**Problem statement**
Would you count the lines in the entries below that contain "ThreePointArc"? Reply with the number only.

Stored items
-.-.-

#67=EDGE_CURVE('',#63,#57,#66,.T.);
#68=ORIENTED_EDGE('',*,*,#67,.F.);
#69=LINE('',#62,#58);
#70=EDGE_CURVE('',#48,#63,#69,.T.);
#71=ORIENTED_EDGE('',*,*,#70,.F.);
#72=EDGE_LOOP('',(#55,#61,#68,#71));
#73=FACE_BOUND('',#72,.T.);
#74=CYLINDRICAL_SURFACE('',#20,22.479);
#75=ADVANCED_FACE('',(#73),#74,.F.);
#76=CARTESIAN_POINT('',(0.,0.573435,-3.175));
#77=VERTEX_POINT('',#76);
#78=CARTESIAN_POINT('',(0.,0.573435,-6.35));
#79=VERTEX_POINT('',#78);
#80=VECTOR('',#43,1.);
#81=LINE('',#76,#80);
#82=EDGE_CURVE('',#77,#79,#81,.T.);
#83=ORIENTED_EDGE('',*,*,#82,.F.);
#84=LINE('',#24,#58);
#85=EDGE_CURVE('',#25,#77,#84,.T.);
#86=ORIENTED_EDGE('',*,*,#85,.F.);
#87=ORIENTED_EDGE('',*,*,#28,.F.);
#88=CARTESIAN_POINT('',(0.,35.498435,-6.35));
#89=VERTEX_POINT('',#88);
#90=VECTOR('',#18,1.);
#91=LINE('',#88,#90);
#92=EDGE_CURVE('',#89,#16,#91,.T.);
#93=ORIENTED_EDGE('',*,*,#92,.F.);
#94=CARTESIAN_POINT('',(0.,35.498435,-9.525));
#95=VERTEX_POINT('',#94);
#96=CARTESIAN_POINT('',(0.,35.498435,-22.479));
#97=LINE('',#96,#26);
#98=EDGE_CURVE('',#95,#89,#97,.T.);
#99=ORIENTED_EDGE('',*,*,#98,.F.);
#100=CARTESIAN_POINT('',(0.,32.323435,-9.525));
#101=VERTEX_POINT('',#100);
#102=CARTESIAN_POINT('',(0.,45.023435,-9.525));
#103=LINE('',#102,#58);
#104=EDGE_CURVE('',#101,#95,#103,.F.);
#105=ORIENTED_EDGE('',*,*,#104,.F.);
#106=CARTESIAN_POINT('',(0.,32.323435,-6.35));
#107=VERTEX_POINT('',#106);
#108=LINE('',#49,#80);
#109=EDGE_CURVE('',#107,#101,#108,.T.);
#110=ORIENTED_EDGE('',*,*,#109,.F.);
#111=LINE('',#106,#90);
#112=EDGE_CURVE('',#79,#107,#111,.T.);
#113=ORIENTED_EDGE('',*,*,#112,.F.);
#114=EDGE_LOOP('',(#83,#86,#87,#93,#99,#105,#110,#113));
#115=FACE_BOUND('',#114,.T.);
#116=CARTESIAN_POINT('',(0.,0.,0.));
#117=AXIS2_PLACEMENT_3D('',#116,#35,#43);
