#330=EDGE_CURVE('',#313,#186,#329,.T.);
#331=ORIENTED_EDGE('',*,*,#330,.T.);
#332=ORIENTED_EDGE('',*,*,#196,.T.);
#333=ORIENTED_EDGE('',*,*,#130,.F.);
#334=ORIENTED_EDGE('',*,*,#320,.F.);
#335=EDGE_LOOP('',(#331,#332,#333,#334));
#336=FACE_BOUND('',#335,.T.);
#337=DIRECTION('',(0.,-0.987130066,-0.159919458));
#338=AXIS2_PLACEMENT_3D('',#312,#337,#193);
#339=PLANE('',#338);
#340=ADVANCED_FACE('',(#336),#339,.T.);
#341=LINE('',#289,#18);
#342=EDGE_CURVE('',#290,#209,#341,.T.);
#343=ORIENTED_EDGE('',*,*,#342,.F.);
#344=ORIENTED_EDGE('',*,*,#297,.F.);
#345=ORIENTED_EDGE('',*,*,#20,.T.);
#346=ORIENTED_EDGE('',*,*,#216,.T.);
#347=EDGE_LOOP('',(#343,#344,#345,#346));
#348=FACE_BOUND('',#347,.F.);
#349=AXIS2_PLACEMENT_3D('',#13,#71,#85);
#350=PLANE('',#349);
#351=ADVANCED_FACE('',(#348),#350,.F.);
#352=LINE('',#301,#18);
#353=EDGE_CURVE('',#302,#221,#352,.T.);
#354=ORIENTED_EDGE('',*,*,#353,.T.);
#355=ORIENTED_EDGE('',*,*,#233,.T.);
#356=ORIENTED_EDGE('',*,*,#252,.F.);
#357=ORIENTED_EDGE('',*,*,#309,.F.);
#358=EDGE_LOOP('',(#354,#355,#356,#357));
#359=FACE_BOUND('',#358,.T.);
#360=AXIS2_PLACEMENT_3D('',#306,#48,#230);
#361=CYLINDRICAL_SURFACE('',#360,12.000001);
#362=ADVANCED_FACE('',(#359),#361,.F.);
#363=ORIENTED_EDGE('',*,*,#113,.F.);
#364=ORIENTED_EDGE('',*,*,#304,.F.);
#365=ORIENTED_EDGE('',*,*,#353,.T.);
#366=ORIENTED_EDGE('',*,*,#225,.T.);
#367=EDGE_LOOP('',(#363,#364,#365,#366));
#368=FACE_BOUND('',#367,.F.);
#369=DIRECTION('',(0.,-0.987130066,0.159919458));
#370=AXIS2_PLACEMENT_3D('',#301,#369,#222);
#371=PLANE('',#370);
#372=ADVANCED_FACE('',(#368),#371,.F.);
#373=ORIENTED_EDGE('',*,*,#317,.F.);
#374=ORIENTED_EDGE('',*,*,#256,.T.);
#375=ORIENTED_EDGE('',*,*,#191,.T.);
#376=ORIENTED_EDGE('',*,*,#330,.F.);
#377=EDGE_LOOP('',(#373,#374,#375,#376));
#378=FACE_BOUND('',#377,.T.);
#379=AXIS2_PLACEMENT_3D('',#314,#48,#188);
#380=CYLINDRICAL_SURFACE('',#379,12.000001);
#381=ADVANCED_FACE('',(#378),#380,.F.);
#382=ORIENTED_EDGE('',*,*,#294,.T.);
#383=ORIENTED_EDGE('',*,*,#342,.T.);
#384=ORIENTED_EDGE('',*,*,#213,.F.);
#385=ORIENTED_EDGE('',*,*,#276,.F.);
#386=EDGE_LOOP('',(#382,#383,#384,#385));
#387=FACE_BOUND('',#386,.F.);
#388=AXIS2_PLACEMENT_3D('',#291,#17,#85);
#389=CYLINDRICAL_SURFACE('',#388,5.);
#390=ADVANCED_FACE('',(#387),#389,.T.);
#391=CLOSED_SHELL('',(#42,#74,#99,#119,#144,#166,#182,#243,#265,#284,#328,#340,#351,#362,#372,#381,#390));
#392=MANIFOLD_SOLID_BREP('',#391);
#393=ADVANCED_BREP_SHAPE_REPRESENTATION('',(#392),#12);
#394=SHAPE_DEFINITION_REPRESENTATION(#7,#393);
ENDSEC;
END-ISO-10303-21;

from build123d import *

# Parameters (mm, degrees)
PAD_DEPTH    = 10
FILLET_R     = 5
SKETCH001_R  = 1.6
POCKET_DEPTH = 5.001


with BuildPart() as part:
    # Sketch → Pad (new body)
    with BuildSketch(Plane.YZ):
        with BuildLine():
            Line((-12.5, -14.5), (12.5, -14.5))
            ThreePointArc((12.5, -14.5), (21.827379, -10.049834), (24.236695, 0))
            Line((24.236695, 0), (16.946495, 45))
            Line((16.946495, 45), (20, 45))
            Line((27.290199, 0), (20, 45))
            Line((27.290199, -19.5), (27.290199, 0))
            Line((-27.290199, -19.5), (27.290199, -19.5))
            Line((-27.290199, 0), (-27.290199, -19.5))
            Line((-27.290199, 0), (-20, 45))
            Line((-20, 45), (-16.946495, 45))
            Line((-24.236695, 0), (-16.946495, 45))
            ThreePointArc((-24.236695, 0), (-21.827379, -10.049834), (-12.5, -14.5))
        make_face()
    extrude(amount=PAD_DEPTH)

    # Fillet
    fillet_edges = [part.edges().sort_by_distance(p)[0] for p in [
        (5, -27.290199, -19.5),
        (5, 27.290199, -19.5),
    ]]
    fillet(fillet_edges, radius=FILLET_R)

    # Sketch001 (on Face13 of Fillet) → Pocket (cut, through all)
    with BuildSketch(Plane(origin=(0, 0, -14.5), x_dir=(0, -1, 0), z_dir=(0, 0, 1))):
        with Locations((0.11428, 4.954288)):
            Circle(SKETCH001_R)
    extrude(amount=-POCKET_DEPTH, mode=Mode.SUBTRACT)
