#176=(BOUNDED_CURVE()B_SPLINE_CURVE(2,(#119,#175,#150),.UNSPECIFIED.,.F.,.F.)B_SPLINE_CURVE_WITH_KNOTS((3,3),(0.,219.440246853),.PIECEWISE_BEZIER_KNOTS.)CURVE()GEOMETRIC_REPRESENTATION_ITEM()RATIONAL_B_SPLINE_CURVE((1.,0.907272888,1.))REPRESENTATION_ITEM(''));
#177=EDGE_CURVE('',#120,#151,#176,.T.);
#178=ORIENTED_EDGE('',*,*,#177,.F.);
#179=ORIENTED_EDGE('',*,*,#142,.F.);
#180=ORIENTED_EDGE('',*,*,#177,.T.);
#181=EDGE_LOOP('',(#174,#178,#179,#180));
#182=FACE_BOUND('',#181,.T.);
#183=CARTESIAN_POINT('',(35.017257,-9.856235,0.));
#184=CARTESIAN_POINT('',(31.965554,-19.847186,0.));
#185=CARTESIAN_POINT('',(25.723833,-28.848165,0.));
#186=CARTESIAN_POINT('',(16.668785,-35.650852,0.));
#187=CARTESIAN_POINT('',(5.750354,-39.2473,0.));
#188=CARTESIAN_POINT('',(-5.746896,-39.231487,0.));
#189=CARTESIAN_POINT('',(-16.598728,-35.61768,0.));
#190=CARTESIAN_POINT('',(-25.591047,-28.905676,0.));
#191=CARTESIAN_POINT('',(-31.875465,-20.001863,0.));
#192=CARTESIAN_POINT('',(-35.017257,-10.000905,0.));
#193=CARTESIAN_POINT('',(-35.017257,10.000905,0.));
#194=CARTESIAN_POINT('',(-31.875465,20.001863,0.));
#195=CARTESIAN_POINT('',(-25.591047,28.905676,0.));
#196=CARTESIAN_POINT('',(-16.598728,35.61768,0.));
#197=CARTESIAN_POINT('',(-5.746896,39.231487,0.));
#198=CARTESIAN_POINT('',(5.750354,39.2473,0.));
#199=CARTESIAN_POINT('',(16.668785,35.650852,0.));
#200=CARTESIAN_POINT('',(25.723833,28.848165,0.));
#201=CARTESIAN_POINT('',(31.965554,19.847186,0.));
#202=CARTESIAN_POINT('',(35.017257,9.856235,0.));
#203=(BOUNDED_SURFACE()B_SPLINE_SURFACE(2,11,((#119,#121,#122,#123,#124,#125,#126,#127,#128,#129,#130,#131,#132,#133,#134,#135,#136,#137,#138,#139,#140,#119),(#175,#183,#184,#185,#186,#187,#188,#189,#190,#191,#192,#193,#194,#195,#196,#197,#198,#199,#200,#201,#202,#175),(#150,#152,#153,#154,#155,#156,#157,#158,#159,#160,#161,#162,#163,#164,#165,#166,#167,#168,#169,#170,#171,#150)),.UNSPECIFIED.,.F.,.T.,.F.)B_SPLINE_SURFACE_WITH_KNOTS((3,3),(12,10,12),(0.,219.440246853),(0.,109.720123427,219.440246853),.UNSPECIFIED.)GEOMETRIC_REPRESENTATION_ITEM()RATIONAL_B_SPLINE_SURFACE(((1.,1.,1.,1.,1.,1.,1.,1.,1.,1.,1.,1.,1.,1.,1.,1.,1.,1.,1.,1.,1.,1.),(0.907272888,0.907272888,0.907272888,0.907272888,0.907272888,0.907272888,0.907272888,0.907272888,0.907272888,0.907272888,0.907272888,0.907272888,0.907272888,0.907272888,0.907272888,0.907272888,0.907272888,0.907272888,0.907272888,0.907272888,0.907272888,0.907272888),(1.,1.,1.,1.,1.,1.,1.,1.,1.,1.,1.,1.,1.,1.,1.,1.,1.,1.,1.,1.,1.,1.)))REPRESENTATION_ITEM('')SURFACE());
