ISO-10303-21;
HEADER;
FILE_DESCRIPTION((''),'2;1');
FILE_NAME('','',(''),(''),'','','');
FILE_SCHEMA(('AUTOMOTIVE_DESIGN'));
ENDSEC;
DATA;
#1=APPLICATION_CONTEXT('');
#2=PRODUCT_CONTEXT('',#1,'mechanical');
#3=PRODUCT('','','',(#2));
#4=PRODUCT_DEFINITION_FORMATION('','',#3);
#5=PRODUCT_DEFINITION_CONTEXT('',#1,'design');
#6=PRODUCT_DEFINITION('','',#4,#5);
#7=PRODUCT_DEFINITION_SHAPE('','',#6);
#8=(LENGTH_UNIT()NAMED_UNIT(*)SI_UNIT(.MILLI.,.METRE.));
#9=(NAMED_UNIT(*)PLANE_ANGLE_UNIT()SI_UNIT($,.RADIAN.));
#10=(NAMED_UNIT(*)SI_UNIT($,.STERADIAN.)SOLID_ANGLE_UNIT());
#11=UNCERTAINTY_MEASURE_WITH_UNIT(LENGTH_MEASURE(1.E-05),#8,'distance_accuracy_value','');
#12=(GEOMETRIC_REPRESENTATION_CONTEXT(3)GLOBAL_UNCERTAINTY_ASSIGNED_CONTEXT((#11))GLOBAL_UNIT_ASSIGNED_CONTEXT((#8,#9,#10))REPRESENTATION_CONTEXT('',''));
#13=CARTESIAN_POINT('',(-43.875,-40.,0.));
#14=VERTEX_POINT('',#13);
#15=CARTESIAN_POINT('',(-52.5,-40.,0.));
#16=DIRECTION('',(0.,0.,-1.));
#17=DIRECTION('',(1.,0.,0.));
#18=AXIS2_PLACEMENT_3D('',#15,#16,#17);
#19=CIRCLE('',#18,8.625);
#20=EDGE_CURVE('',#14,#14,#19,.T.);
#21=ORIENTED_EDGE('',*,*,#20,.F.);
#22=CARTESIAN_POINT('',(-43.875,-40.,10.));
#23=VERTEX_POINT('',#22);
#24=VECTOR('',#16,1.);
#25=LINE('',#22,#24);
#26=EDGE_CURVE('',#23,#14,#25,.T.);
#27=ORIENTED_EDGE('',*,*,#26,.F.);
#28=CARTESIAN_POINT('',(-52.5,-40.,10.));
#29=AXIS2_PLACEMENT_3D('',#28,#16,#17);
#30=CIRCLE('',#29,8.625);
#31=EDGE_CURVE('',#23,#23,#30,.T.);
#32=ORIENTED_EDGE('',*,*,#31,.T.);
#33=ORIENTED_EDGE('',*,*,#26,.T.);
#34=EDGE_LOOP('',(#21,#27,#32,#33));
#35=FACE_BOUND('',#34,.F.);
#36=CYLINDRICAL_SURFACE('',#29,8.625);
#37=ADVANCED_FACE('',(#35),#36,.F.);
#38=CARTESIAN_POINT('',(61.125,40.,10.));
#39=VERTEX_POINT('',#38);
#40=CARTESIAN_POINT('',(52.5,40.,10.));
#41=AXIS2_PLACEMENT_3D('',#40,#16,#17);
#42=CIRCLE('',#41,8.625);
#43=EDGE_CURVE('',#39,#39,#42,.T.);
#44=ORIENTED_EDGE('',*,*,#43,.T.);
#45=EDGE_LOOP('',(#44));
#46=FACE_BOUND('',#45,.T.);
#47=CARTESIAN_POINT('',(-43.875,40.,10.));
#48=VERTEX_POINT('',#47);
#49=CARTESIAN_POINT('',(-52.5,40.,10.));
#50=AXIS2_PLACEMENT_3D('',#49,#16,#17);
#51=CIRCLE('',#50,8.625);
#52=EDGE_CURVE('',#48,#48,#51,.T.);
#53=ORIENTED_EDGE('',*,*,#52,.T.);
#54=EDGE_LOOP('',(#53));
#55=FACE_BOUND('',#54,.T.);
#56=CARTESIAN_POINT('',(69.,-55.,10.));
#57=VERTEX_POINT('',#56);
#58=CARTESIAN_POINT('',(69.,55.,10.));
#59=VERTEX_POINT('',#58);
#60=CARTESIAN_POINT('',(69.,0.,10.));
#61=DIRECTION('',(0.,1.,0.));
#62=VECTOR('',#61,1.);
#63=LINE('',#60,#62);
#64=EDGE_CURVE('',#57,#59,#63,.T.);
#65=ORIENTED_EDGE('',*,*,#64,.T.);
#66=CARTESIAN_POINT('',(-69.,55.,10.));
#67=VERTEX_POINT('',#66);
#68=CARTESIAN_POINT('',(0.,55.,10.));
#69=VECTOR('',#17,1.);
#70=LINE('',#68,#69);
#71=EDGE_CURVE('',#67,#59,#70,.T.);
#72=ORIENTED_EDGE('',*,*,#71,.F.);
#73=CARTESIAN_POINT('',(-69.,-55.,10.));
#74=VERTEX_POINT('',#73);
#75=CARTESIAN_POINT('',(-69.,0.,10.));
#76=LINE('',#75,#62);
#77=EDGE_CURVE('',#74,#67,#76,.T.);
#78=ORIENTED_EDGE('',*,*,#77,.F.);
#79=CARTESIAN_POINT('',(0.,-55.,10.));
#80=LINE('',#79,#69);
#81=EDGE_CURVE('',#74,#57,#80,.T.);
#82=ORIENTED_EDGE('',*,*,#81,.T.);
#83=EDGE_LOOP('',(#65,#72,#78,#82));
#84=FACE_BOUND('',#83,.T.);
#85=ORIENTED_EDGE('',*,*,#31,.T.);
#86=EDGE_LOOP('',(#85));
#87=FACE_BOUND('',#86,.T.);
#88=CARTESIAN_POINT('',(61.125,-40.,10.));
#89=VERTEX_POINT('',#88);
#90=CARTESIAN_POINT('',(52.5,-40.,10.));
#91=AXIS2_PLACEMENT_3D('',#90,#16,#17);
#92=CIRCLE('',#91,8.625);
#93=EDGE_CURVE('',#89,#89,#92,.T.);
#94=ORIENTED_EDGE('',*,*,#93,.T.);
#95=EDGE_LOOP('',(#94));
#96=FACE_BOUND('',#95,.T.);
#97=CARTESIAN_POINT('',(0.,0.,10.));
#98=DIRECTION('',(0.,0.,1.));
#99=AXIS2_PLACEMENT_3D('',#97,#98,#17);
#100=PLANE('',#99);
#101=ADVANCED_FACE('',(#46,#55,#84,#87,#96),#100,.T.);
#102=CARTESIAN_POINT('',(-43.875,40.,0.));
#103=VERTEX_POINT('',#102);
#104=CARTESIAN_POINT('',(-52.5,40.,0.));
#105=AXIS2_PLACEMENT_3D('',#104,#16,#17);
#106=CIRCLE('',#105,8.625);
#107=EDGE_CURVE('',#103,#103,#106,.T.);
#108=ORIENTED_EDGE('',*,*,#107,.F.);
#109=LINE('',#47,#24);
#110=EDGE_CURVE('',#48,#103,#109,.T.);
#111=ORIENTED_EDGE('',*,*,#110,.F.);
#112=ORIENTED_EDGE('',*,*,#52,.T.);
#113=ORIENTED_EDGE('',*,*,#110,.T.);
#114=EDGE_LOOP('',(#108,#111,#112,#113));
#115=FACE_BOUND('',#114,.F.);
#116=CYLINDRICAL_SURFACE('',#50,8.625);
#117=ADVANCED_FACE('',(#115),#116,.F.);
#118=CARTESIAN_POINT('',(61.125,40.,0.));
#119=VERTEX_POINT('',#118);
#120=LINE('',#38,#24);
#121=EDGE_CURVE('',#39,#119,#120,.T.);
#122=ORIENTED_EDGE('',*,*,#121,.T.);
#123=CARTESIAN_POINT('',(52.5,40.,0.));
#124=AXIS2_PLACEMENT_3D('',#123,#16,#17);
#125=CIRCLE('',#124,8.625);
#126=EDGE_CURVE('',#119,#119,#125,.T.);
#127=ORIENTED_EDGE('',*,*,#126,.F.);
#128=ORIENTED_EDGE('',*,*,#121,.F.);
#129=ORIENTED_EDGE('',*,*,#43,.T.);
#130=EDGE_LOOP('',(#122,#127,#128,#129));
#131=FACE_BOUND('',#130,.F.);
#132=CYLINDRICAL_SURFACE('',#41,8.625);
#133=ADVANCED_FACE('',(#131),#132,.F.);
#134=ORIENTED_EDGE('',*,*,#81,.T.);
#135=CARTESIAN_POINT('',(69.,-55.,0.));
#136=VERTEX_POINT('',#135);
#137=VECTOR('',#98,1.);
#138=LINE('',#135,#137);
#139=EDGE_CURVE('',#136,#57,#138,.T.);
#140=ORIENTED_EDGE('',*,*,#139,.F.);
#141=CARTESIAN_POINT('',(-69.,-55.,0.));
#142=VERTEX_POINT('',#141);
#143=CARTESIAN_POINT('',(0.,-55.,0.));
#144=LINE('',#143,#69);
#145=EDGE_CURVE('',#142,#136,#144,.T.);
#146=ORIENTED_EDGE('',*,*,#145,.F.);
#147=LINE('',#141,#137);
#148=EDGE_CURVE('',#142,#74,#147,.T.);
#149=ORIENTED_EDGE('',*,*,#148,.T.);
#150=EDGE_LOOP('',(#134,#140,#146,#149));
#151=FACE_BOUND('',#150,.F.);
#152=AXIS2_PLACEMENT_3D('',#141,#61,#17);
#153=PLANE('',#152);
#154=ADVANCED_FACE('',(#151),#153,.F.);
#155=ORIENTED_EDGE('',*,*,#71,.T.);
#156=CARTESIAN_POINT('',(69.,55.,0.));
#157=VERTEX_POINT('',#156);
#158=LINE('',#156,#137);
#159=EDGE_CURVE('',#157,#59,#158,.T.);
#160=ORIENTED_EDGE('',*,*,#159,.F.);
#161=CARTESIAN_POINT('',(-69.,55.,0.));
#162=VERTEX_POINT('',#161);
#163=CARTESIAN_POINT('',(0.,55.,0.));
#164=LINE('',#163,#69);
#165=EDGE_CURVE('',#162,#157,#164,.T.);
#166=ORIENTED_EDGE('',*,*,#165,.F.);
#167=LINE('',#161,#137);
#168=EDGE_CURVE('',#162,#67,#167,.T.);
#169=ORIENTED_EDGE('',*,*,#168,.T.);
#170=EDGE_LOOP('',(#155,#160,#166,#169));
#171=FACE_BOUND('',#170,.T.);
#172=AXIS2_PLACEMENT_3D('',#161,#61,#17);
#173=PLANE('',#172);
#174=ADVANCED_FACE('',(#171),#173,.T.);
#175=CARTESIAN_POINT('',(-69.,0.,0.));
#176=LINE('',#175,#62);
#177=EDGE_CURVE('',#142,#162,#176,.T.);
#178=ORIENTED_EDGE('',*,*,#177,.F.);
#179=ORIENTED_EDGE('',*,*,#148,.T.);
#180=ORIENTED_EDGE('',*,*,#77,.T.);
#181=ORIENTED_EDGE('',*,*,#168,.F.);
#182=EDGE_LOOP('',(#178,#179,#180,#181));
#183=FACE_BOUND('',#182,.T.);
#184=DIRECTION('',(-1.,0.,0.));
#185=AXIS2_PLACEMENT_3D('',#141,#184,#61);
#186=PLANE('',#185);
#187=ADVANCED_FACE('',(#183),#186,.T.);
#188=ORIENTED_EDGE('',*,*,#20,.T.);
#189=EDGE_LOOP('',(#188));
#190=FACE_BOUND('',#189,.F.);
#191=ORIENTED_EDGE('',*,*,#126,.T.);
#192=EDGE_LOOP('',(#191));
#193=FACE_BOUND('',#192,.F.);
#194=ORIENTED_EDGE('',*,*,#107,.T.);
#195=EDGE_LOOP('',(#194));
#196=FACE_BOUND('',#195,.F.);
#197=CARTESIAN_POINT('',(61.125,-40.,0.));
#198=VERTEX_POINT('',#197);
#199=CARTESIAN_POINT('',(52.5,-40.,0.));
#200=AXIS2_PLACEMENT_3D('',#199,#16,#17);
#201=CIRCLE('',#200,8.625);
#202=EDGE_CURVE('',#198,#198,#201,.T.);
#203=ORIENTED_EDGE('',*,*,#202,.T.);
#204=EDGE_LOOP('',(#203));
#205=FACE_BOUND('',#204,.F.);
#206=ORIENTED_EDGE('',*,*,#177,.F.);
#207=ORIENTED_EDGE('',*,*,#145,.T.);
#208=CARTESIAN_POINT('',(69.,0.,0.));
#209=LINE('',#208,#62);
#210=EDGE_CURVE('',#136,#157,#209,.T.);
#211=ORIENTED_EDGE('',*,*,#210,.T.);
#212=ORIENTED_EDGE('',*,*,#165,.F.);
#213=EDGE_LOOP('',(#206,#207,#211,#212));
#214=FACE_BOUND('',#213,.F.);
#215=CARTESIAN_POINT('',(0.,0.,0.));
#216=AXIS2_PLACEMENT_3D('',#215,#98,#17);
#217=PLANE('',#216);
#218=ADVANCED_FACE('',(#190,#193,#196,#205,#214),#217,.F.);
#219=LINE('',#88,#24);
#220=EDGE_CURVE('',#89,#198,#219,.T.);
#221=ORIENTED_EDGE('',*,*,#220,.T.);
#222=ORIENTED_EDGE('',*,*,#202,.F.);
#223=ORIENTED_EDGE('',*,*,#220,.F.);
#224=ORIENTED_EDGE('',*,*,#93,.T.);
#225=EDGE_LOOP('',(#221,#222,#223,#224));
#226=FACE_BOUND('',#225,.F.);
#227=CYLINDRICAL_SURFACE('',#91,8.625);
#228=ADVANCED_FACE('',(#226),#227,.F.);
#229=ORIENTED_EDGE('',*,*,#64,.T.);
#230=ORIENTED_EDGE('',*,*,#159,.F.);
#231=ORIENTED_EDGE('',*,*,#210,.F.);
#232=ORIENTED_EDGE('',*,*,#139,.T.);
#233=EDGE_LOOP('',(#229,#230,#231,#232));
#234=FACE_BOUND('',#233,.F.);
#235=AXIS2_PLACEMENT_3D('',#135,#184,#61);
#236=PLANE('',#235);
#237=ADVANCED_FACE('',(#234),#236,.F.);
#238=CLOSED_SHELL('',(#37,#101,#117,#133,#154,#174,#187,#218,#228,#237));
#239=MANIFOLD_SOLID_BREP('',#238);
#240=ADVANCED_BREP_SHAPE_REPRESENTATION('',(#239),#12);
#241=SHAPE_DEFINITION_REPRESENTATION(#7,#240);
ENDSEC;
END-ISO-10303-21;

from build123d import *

# Parameters (mm, degrees)
F0_W           = 138
F0_H           = 110
F0_R           = 5
F1_DEPTH       = 10
F2_D           = 11
F2_CBORE_D     = 17.25
F2_CBORE_DEPTH = 10


with BuildPart() as f1:
    # F0 (on Top) → F1 (new body)
    with BuildSketch(Plane.XY):
        Rectangle(F0_W, F0_H)
        with Locations((-52.5, -40)):
            Circle(F0_R, mode=Mode.SUBTRACT)
        with Locations((52.5, -40)):
            Circle(F0_R, mode=Mode.SUBTRACT)
        with Locations((-52.5, 40)):
            Circle(F0_R, mode=Mode.SUBTRACT)
        with Locations((52.5, 40)):
            Circle(F0_R, mode=Mode.SUBTRACT)
        with Locations((52.5, -40)):
            Circle(F0_R)
        with Locations((-52.5, 40)):
            Circle(F0_R)
        with Locations((-52.5, -40)):
            Circle(F0_R)
        with Locations((52.5, 40)):
            Circle(F0_R)
    extrude(amount=F1_DEPTH)

    # F2 (through all)
    with Locations(Plane(origin=(0, 0, 0), x_dir=(1, 0, 0), z_dir=(0, 0, -1))):
        with Locations((-52.5, -40), (52.5, -40), (-52.5, 40), (52.5, 40)):
            CounterBoreHole(F2_D / 2, F2_CBORE_D / 2, F2_CBORE_DEPTH)


solid = f1.part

-.-.-

**Exercise answer**
2